美绪想起被警察逮捕的约会俱乐部的经营者。挂着一张阴郁脸的社长,却会亲切地提醒女生们回家路上注意不要被人尾随。

至此,美绪终于弄清了试图杀害自己的男人的身份——无差别杀人犯。

是跟自己的生活毫无关联的男人,是会迎面扑上来的随机杀人犯。

美绪领悟到这一切都是命运。现在跟圭史一起行动是早就注定的命运,两小时后遭遇随机杀人犯也是剧本上写好的。

电话那头的好惠不停向不出声的美绪发问:“喂喂?怎么了?”

“我说,你有没有带防身用品?催泪喷雾、电击枪之类的。”

“那种东西,当然不会随身带啊。”但好惠又说自己有个喜欢军事的宅男闺密,“去他家的话应该能借给你。”

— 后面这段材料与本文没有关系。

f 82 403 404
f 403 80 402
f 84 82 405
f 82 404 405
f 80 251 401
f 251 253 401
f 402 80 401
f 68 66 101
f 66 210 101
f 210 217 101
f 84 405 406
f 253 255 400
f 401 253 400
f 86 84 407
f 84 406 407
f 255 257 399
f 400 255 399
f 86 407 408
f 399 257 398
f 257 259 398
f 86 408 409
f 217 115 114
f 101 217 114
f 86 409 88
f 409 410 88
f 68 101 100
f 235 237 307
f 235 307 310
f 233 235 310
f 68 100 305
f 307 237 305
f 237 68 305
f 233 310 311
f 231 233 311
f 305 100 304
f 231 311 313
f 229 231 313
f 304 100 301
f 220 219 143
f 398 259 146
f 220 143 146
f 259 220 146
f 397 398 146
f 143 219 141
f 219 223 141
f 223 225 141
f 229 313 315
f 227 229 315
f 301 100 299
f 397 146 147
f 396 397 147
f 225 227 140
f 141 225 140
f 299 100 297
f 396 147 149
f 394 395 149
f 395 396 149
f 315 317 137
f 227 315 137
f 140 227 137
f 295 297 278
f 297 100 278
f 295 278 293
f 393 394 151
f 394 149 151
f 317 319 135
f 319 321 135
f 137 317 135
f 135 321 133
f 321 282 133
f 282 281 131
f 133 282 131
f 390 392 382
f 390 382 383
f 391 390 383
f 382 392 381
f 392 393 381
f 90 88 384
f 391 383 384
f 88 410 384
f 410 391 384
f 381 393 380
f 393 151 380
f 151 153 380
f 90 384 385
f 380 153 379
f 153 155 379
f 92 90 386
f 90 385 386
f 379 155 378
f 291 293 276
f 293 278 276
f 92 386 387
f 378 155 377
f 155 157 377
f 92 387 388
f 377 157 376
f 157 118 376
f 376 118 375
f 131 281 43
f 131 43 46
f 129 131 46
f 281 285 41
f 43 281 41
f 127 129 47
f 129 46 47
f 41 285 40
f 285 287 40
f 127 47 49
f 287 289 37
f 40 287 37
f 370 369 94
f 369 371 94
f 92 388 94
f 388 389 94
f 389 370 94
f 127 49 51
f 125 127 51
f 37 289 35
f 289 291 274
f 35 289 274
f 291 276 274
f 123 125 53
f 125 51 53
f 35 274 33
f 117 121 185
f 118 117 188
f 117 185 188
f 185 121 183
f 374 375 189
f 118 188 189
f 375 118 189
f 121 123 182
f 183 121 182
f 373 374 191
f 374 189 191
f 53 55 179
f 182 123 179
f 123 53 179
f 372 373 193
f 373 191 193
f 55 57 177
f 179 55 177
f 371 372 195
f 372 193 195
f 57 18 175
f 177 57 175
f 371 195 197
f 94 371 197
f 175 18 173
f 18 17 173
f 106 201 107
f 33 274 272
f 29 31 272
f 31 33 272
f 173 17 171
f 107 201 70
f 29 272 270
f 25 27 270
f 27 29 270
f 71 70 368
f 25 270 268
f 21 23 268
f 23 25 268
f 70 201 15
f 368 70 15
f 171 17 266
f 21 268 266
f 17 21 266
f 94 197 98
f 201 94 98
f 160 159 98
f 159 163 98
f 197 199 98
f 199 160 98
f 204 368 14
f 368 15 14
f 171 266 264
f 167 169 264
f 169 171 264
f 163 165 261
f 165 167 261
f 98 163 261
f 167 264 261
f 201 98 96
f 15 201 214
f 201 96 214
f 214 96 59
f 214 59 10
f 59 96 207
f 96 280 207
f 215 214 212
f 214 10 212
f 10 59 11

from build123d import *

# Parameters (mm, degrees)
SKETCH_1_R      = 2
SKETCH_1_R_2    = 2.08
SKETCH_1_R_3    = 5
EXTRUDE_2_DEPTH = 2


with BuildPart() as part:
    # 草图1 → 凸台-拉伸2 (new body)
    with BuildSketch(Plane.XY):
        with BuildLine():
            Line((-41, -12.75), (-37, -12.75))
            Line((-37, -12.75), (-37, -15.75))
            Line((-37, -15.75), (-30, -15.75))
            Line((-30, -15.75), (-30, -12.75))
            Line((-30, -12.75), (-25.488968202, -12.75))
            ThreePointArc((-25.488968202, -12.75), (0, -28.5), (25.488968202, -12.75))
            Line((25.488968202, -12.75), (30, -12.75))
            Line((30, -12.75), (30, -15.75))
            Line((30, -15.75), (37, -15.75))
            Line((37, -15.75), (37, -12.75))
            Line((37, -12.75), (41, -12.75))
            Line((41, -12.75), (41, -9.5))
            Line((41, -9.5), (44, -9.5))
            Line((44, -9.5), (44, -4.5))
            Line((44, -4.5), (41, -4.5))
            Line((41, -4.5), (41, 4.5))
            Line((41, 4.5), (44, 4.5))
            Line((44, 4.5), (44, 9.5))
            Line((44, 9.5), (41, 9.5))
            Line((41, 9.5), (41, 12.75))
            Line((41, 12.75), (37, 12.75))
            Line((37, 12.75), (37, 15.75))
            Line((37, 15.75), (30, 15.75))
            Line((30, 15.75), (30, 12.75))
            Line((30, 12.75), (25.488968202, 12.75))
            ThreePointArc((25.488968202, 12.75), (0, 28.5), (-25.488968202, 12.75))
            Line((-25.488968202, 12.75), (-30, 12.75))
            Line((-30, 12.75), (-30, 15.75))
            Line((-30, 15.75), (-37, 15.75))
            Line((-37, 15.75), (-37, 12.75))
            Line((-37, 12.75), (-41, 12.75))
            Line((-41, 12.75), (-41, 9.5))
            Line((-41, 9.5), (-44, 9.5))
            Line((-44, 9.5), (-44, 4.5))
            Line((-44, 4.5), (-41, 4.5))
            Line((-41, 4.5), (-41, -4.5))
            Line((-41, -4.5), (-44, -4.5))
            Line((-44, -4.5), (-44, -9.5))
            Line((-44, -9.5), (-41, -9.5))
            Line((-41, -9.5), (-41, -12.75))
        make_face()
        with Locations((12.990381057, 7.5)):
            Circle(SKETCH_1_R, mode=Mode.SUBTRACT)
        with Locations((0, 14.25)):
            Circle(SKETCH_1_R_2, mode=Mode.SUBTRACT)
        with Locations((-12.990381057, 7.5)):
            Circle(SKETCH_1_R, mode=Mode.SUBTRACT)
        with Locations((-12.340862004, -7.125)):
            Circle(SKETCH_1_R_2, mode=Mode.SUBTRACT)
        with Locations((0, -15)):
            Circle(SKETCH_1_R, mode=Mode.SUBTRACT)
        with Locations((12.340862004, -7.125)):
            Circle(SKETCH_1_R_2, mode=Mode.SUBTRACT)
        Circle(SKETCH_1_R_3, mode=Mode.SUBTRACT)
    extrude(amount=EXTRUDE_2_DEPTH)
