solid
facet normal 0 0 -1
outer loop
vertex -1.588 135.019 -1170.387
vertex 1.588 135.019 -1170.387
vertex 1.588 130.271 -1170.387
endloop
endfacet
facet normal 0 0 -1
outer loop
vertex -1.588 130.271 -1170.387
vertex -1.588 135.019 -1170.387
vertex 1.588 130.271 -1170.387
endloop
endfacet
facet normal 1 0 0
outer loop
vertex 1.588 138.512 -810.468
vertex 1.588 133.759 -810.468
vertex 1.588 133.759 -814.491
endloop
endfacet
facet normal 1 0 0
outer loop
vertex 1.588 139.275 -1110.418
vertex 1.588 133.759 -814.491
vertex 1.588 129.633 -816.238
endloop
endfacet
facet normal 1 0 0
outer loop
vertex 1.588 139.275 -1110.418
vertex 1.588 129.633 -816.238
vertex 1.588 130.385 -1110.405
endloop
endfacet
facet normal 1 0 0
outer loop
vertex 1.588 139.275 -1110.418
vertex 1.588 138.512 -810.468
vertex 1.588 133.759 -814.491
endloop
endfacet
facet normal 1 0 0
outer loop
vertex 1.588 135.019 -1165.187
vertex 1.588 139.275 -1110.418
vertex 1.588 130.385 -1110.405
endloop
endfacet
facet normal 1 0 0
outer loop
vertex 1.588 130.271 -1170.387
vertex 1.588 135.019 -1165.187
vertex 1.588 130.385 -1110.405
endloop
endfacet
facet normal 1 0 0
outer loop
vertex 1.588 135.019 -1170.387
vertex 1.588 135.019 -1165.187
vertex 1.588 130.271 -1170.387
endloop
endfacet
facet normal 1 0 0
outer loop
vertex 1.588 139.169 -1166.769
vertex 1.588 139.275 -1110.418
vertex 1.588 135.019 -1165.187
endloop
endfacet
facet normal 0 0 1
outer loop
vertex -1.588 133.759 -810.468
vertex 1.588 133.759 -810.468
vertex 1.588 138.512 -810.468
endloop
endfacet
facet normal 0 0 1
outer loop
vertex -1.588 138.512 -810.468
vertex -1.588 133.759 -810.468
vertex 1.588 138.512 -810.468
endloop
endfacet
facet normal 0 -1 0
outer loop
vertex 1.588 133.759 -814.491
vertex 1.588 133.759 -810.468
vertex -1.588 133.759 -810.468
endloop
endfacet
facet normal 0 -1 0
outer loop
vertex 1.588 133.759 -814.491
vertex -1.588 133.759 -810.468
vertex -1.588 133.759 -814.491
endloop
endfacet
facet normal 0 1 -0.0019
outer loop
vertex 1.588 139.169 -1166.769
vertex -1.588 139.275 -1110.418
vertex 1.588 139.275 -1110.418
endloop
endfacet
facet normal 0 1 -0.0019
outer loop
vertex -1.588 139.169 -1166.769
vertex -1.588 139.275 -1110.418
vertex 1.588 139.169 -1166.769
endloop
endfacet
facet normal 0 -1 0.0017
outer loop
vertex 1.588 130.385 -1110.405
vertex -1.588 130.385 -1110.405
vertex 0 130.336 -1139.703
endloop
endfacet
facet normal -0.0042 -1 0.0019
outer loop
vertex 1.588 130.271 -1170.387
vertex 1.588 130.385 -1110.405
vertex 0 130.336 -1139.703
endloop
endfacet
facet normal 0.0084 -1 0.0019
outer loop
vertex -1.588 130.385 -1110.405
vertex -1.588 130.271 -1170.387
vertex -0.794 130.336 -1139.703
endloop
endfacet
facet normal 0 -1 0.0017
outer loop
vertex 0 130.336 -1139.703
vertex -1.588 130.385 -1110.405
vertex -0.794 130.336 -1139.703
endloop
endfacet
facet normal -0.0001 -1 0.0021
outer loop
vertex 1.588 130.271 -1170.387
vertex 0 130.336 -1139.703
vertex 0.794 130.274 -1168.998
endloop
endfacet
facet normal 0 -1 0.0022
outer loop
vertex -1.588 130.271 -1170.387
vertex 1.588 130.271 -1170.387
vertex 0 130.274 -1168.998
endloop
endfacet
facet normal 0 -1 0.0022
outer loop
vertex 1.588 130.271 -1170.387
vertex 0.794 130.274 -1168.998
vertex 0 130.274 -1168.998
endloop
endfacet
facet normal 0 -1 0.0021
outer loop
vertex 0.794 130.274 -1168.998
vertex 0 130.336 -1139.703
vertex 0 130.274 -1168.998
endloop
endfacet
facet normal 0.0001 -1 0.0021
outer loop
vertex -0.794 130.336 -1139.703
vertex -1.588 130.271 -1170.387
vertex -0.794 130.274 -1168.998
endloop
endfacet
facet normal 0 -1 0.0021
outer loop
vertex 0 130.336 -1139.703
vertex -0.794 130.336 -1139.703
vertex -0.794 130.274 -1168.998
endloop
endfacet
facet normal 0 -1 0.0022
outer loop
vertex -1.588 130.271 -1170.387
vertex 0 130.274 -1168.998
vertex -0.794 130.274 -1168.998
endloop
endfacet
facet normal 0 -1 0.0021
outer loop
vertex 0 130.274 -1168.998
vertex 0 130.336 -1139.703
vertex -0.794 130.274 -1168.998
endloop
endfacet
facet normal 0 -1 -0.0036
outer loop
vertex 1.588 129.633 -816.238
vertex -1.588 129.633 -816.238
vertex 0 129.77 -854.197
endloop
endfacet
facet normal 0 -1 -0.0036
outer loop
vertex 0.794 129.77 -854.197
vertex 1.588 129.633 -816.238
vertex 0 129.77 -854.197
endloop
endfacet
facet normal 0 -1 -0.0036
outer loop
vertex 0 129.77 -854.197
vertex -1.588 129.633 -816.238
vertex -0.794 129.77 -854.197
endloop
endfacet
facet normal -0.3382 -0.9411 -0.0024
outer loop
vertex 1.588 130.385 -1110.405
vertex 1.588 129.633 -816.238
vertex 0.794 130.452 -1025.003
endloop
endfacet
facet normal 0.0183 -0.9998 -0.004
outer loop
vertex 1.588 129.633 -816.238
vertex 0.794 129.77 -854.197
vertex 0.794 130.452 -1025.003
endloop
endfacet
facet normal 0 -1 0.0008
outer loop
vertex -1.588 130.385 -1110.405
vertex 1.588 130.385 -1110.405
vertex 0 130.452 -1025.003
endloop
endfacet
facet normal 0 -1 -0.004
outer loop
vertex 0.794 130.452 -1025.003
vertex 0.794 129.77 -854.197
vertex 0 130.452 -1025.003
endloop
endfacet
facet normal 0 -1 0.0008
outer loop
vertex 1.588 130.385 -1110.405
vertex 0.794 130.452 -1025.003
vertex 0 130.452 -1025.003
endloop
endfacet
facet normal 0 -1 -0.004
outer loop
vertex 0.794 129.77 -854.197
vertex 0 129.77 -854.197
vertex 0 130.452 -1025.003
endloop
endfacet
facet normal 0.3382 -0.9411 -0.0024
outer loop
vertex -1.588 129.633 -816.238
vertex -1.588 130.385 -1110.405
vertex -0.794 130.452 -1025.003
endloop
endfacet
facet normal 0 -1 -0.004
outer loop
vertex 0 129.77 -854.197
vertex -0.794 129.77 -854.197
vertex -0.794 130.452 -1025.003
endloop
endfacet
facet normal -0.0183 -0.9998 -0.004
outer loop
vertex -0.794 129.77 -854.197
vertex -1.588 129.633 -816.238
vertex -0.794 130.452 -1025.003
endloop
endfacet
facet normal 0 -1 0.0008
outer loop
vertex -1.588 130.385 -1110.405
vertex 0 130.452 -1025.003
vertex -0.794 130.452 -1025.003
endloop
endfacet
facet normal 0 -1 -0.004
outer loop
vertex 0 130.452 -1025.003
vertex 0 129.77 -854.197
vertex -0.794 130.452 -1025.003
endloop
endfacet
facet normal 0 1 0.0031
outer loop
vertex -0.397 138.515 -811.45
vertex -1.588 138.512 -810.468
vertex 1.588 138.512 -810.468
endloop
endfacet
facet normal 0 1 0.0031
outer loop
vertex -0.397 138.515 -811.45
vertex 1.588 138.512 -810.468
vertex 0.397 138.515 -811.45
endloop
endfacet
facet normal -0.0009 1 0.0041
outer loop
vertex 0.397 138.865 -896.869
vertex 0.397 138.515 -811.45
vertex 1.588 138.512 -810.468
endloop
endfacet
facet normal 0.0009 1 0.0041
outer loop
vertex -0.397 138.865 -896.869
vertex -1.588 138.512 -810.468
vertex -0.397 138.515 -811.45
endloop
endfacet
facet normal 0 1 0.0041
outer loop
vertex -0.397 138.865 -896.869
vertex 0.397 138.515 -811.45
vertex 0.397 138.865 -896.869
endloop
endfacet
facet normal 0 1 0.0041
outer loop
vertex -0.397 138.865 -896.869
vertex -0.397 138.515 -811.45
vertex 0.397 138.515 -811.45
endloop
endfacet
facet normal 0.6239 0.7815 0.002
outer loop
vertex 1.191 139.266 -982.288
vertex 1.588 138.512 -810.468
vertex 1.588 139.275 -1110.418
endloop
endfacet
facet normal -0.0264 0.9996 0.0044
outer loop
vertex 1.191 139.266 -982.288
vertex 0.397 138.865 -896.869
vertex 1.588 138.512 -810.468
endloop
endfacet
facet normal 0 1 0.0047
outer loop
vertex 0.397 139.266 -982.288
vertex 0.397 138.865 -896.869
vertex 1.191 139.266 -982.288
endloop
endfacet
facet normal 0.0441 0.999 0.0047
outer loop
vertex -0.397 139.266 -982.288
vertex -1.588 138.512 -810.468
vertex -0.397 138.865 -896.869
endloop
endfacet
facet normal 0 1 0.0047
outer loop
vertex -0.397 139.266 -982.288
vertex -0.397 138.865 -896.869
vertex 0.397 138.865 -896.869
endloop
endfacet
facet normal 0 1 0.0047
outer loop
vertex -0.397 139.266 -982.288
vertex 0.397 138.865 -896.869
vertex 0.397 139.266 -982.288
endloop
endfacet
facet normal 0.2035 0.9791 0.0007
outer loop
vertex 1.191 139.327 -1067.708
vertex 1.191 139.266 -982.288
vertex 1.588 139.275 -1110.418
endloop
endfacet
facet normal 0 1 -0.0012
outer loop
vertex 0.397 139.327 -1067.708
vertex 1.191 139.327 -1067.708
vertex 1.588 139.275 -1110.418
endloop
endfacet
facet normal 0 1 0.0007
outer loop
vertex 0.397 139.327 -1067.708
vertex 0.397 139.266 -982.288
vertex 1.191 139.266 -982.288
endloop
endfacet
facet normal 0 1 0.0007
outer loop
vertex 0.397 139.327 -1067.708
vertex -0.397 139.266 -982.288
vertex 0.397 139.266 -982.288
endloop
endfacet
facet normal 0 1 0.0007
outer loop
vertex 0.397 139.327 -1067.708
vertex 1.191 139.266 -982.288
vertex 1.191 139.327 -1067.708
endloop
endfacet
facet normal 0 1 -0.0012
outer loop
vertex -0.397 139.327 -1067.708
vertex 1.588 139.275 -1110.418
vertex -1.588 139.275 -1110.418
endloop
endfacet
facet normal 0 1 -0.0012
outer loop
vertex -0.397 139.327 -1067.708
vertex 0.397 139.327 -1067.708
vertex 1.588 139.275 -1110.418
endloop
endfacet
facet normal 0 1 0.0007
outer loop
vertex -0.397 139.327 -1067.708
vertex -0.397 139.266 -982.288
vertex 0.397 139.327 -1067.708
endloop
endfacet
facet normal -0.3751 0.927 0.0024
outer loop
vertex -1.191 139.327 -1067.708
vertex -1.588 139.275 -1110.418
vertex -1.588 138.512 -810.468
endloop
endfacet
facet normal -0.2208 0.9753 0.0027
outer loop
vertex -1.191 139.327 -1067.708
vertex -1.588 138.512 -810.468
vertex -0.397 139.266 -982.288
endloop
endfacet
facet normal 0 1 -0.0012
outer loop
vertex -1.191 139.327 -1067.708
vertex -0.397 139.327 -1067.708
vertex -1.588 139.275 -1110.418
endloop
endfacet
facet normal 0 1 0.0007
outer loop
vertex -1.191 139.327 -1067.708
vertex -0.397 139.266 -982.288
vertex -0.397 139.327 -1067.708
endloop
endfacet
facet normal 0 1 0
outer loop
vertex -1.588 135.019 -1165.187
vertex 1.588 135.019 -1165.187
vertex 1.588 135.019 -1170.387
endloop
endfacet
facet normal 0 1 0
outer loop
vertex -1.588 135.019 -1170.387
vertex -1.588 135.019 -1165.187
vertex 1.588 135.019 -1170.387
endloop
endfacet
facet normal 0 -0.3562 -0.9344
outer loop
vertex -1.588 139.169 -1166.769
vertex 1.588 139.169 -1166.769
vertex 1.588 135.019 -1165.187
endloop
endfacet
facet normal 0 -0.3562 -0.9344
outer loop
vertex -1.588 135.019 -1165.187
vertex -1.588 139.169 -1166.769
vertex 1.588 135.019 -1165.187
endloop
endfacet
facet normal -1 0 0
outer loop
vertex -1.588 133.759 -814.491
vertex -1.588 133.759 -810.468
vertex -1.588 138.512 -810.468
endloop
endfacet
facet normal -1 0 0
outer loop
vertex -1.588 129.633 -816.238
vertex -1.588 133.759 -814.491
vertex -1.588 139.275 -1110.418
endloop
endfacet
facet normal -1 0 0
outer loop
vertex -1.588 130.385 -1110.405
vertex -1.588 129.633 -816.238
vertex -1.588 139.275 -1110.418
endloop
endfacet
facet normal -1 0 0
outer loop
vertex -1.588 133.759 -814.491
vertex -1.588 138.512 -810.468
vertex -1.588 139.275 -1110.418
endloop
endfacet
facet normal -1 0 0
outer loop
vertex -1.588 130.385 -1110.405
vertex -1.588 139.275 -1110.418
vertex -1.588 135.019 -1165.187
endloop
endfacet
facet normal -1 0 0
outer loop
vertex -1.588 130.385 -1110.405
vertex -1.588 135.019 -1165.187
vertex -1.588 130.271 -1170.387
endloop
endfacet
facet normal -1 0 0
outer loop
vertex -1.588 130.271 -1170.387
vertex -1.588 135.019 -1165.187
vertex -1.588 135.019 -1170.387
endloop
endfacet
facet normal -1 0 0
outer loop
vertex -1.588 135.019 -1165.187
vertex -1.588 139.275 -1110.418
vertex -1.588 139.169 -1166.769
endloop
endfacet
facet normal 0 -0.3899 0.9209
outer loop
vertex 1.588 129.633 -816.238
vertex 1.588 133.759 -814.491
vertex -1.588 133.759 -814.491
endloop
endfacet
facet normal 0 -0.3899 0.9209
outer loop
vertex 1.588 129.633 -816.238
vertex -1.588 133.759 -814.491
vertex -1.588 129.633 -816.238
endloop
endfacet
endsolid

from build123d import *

# Parameters (mm, degrees)
BOSS_EXTRUDE1_START = -1.5875
BOSS_EXTRUDE1_DEPTH = 3.175
FILLET1_R           = 2.54
CUT_EXTRUDE1_DEPTH  = 2674.191025632
FILLET2_R           = 0.762
FILLET3_R           = 0.762
CUT_EXTRUDE2_DEPTH  = 7.62


with BuildPart() as part:
    # Boss-Extrude1: read off the stored shape, not the designer's step
    # Boss-Extrude1 outline → Boss-Extrude1 (new body)
    with BuildSketch(Plane(origin=(0, 0, 0), x_dir=(0, 0, -1), z_dir=(1, 0, 0)).offset(BOSS_EXTRUDE1_START)):
        with BuildLine():
            add(Edge.make_bspline(
                [(1110.404970926, 130.384545774), (1120.170834465, 130.370061323), (1139.703057908, 130.338772026), (1168.998370974, 130.277673039), (1198.290610395, 130.194386876), (1217.81419633, 130.113940836), (1227.576506903, 130.06508052)],
                knots=[0, 0, 0, 0, 0.25, 0.5, 0.75, 1, 1, 1, 1], degree=3))
            add(Edge.make_bspline(
                [(1227.576506903, 130.06508052), (1269.911205773, 129.853195249), (1333.427746701, 129.273373321), (1418.042208161, 127.449050563), (1502.665994832, 124.913583682), (1608.454176987, 120.803299479), (1693.070073331, 116.848243245), (1735.369787733, 114.744712179)],
                knots=[0, 0, 0, 0, 0.25, 0.375, 0.5, 0.75, 1, 1, 1, 1], degree=3))
            add(Edge.make_bspline(
                [(1735.369787733, 114.744712179), (1815.995940723, 110.735232018), (1936.906650462, 104.096364548), (2098.049485168, 94.18797875), (2198.694736725, 87.314638509), (2279.130413747, 81.114418931), (2339.412950304, 76.034076608), (2399.564054334, 70.28270545), (2479.570468264, 61.127378254), (2559.292087872, 49.650907614), (2626.797554585, 38.235484735), (2656.889518578, 32.788503969), (2667.159793662, 30.877771266), (2669.54, 30.432069924)],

和圭史一起走下五反田的站台时,刚过晚上十点四十分。两人又步行了十分钟左右,来到好惠男闺密居住的公寓。

距离生日,还有一小时十分钟。

“事已至此,也只能自己保护自己了。”美绪抬头打量眼前的六层公寓,“圭史,你在这里等我。”

“为什么?”

“你在这里观察,看是否有人尾随我。如果没人跟来,那么十二点出现的人肯定就是无差别随机杀人狂。”

“好。”

美绪步入公寓,朝好惠口中的“军事宅男闺密”的房间走去。电梯升到五楼,走到走廊最深处,房门上贴着“武藤”的名牌。按下门铃后,一个头发打理得相当整齐,一看就像是军迷的男性探出头来。

“好惠跟我说了。”武藤表示,“请进。”

“不能就在这里拿吗?”美绪想隐藏自己的恐惧,但仍被对方察觉。

“我不会对非战斗人员动手的。”军事宅男面露不满,转头钻回房间。再次探头时,他抱着各种各样的东西。